MathGroup Archive 2012

[Date Index] [Thread Index] [Author Index]

Search the Archive

Re: compact notation for NonCommutativeMultiply that supports cut and paste

I think you are saying that you don't like the x**y**z space taking infix
operator of NonComutativeMultiple and want something more compact because of
long multiplication sequences. I think it is a bit confusing to have no
infix separator (Is every argument guaranteed to be a single character
symbol?). The following uses a Vertical line and negative spaces to make a
pretty compact form.

NonCommutativeMultiply /: 
 MakeBoxes[NonCommutativeMultiply[x__ /; Length[{x}] > 1], 
  form : (StandardForm | TraditionalForm)] :=
 Module[{displayFunc, interpretationFunc, work1, work2, work3, 
   n = Length[{x}], f},
  work1 = 
   Riffle[Table[Slot[i], {i, n}], 
    RowBox[{"\[NegativeThinSpace]", "\[NegativeMediumSpace]", "|", 
      "\[NegativeMediumSpace]", "\[NegativeThinSpace]"}]];
  work2 = RowBox@work1;
  displayFunc = (Evaluate@work2) &;
  work3 = Riffle[Table[Slot[i], {i, n}], ","];
  interpretationFunc = 
   f[(RowBox[{"NonCommutativeMultiply", "[", Sequence @@ work3, 
        "]"}])] /. f -> Function;
  TemplateBox[MakeBoxes[#, form] & /@ {x}, "NonCommutativeMultiply", 
   DisplayFunction -> displayFunc, 
   InterpretationFunction -> interpretationFunc]

NonCommutativeMultiply[a, b, T, dd, F]
% // FullForm
% // InputForm

TemplateBox is an undocumented, but rather nifty construction, that I got
from WRI support some time ago. It can be copied and pasted. You can edit
the variables but not other parts of the expression. Someone from WRI might
give a neater formulation of this. 

David Park
djmpark at 

From: tobiashagge at [mailto:tobiashagge at] 


I am doing some group theory computations that have output of the form

:= NonCommutativeMultiply[very-long-sequence-of-letters]

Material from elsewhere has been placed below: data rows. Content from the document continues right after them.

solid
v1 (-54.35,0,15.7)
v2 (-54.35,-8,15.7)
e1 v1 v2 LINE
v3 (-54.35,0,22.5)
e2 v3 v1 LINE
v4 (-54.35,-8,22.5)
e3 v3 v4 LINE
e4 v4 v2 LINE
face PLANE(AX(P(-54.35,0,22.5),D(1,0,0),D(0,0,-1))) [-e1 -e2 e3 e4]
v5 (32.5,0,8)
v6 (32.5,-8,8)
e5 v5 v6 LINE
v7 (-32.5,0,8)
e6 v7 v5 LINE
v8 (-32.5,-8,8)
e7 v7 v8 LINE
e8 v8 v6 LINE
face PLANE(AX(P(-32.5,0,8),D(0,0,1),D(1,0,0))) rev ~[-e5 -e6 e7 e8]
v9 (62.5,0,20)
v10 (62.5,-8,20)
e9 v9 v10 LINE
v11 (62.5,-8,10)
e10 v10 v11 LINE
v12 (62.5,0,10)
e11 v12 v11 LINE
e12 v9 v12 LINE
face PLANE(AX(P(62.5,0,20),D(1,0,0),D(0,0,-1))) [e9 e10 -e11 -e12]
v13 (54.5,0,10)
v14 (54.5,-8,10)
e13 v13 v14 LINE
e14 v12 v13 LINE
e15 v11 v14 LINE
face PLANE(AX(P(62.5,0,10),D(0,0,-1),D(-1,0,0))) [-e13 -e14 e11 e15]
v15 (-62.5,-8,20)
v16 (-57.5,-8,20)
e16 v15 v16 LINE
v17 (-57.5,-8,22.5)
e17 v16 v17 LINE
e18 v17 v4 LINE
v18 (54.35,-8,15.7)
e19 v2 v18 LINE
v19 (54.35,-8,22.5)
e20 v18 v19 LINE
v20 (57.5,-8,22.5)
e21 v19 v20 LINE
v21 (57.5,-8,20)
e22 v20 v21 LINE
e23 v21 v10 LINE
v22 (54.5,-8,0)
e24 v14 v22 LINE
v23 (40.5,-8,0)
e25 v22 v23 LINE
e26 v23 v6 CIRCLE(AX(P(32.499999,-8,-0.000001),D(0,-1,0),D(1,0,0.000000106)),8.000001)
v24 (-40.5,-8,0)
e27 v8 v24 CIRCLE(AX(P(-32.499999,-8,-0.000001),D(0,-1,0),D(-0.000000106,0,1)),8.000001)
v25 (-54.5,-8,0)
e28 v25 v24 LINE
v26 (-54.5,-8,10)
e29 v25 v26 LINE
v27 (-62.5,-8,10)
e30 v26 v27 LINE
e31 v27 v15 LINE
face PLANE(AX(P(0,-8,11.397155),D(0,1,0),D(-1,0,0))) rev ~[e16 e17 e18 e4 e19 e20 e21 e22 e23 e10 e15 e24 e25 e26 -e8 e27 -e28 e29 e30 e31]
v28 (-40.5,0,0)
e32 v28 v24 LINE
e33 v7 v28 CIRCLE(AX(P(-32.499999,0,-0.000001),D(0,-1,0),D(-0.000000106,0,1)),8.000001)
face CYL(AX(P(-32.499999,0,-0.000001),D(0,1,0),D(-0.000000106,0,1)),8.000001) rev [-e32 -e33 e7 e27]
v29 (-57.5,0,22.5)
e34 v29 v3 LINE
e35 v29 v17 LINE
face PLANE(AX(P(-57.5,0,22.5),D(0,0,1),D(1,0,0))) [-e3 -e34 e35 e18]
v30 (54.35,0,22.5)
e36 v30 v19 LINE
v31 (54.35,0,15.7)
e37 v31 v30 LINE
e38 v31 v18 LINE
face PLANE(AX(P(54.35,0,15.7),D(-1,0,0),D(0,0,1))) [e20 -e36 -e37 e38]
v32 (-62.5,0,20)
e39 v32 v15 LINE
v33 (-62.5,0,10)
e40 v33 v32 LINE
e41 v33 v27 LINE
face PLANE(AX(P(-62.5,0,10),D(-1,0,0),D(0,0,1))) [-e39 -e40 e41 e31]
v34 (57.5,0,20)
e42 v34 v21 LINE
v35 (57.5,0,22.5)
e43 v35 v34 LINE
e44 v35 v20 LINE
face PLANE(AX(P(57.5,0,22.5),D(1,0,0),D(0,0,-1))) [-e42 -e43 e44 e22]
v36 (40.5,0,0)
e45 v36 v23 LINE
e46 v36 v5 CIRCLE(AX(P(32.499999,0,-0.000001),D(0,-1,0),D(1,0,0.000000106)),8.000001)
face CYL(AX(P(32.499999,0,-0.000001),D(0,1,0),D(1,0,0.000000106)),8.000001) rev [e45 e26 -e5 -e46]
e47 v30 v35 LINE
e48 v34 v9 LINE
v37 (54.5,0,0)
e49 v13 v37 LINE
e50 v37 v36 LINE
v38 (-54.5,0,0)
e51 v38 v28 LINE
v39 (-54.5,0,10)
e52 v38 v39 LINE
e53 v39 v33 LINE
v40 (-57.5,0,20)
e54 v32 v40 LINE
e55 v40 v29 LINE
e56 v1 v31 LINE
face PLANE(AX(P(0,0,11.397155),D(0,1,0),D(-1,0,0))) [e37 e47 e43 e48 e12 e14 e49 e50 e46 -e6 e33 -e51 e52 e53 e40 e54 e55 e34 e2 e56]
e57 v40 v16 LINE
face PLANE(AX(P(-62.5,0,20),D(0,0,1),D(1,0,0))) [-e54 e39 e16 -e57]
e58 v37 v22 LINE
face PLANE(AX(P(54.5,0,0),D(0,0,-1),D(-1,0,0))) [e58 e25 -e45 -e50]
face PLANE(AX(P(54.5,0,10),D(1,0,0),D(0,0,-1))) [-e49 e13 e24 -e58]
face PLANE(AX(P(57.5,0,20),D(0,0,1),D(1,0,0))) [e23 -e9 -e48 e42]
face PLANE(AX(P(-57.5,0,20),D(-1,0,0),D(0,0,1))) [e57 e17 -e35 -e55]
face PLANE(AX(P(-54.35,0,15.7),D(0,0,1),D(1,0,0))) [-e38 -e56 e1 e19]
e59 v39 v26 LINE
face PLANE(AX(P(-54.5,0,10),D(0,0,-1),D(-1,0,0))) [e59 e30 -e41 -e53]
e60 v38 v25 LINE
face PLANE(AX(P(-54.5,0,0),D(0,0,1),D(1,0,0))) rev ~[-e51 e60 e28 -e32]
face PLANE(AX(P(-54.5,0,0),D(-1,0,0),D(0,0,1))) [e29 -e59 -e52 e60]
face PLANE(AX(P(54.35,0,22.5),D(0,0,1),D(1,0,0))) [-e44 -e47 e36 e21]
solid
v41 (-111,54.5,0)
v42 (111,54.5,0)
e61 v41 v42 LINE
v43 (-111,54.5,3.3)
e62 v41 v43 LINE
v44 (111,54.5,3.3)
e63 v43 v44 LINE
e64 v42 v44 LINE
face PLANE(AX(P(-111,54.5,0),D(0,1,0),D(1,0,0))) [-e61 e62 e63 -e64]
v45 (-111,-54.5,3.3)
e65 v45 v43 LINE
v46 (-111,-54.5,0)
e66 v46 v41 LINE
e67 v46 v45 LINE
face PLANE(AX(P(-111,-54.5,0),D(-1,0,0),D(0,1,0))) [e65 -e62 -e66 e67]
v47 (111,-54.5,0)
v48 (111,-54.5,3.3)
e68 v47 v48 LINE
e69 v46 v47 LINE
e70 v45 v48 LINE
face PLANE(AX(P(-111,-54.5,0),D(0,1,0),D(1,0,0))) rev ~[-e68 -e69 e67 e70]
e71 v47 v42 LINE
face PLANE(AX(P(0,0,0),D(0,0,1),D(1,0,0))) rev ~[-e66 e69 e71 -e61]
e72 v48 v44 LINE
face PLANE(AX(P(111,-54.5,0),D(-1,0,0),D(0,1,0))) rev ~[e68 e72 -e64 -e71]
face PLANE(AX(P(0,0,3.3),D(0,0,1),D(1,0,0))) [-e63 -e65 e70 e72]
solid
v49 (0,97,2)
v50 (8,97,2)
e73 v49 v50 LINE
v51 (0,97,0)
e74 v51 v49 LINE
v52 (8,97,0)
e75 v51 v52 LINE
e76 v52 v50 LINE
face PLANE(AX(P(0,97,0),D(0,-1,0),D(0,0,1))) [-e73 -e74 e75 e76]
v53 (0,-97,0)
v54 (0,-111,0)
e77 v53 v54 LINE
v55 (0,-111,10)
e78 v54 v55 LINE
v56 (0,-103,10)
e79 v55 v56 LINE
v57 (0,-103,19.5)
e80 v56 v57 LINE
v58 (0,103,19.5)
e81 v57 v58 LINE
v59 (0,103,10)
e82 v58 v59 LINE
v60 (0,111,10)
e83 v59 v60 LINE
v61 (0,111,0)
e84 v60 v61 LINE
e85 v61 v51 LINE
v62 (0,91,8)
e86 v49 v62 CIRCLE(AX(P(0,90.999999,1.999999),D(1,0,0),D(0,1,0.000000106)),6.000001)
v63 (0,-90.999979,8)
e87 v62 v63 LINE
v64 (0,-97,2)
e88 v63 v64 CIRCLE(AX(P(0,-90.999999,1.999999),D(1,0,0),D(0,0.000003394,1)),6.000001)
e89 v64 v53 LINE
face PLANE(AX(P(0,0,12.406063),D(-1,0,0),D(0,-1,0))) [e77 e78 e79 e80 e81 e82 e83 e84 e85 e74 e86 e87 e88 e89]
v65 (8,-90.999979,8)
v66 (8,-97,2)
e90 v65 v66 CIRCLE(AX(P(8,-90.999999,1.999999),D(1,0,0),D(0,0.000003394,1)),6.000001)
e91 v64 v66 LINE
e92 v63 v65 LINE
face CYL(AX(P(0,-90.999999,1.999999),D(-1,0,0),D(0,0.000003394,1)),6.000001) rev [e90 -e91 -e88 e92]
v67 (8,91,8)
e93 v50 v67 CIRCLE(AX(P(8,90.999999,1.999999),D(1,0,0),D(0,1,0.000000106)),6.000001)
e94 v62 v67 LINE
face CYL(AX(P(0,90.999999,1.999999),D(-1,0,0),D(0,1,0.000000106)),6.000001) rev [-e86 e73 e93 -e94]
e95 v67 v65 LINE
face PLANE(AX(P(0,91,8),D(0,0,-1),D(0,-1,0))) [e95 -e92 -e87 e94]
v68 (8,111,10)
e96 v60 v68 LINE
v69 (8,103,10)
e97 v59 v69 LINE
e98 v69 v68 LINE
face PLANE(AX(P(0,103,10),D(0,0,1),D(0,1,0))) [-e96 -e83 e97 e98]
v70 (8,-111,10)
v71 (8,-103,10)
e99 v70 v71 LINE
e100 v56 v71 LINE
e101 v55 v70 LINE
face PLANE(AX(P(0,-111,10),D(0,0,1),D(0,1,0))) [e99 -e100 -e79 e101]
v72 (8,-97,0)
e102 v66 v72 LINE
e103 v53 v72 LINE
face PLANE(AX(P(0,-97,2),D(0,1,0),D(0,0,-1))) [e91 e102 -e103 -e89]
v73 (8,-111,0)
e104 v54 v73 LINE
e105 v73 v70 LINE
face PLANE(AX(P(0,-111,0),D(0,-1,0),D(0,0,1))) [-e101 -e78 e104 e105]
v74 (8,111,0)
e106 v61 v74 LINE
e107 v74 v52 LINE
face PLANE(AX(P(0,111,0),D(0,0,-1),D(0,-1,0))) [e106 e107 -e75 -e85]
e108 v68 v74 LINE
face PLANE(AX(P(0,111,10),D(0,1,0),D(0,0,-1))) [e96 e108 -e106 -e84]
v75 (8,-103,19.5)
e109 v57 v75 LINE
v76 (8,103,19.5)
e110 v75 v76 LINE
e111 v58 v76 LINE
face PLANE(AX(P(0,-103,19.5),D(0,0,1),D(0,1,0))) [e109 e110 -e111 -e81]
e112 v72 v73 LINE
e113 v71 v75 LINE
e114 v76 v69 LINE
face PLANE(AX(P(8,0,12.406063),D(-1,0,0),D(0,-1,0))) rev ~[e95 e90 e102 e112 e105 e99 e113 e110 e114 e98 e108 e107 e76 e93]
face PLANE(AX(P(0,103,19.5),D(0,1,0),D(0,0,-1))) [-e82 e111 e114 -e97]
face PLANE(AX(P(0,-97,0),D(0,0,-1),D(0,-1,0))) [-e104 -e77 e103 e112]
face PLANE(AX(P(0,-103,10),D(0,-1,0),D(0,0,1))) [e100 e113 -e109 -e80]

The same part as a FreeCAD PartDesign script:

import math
import FreeCAD as App
import Part
import Sketcher
from FreeCAD import Vector

doc = App.newDocument("Part")
body = doc.addObject("PartDesign::Body", "Body")

sketch1 = body.newObject("Sketcher::SketchObject", "Sketch")
sketch1.AttachmentSupport = (doc.getObject("YZ_Plane"), [""])
sketch1.MapMode = "FlatFace"
sketch1.addGeometry([
    Part.LineSegment(Vector(-111, 10, 0), Vector(-111, 0, 0)),
    Part.LineSegment(Vector(-111, 0, 0), Vector(-97, 0, 0)),
    Part.LineSegment(Vector(-97, 0, 0), Vector(-97, 2, 0)),
    Part.ArcOfCircle(Part.Circle(Vector(-91, 2, 0), Vector(0, 0, 1), 6), math.radians(90), math.radians(180)),
    Part.LineSegment(Vector(-91, 8, 0), Vector(91, 8, 0)),
    Part.ArcOfCircle(Part.Circle(Vector(91, 2, 0), Vector(0, 0, 1), 6), math.radians(0), math.radians(90)),
    Part.LineSegment(Vector(97, 2, 0), Vector(97, 0, 0)),
    Part.LineSegment(Vector(97, 0, 0), Vector(111, 0, 0)),
    Part.LineSegment(Vector(111, 0, 0), Vector(111, 10, 0)),
    Part.LineSegment(Vector(111, 10, 0), Vector(103, 10, 0)),
    Part.LineSegment(Vector(103, 10, 0), Vector(103, 19.5, 0)),
    Part.LineSegment(Vector(103, 19.5, 0), Vector(-103, 19.5, 0)),
    Part.LineSegment(Vector(-103, 19.5, 0), Vector(-103, 10, 0)),
    Part.LineSegment(Vector(-103, 10, 0), Vector(-111, 10, 0)),
], False)
sketch1.addConstraint([
    Sketcher.Constraint("Coincident", 0, 2, 1, 1),
    Sketcher.Constraint("Coincident", 1, 2, 2, 1),
    Sketcher.Constraint("Tangent", 2, 2, 3, 2),
    Sketcher.Constraint("Coincident", 3, 1, 4, 1),
    Sketcher.Constraint("Tangent", 4, 2, 5, 2),
    Sketcher.Constraint("Tangent", 5, 1, 6, 1),
    Sketcher.Constraint("Coincident", 6, 2, 7, 1),
    Sketcher.Constraint("Coincident", 7, 2, 8, 1),
    Sketcher.Constraint("Coincident", 8, 2, 9, 1),
    Sketcher.Constraint("Coincident", 9, 2, 10, 1),
    Sketcher.Constraint("Coincident", 10, 2, 11, 1),
    Sketcher.Constraint("Coincident", 11, 2, 12, 1),
    Sketcher.Constraint("Coincident", 12, 2, 13, 1),
    Sketcher.Constraint("Coincident", 13, 2, 0, 1),
    Sketcher.Constraint("Vertical", 0),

I want the StandardForm output to display as a string of symbols without
spaces, just like the output of Times. I want to be able to copy and paste
that output into an input line and have it be correctly interpreted.
Finally, I want "a b" to evaluate as Times[a,b].

I decided to define the null character as an operator, piecing together bits
of code from the internet.

InfixNotation[ParsedBoxWrapper["\[Null]"], NonCommutativeMultiply];
NonCommutativeMultiply /:
  MakeBoxes[NonCommutativeMultiply[x__], StandardForm] :=
  RowBox[Riffle[(MakeBoxes[#, StandardForm]) & /@ {x},
     Length[{x}] - 1]]];

I'm having two issues:
1) The special characters are not visible in the notebook, which makes the
code a bit hard to read.
2) Letters appear spaced apart in the output. If you copy and paste the
output, the spacing disappears (so pushing the letters together in the
output using negative space will make copy/paste awkward).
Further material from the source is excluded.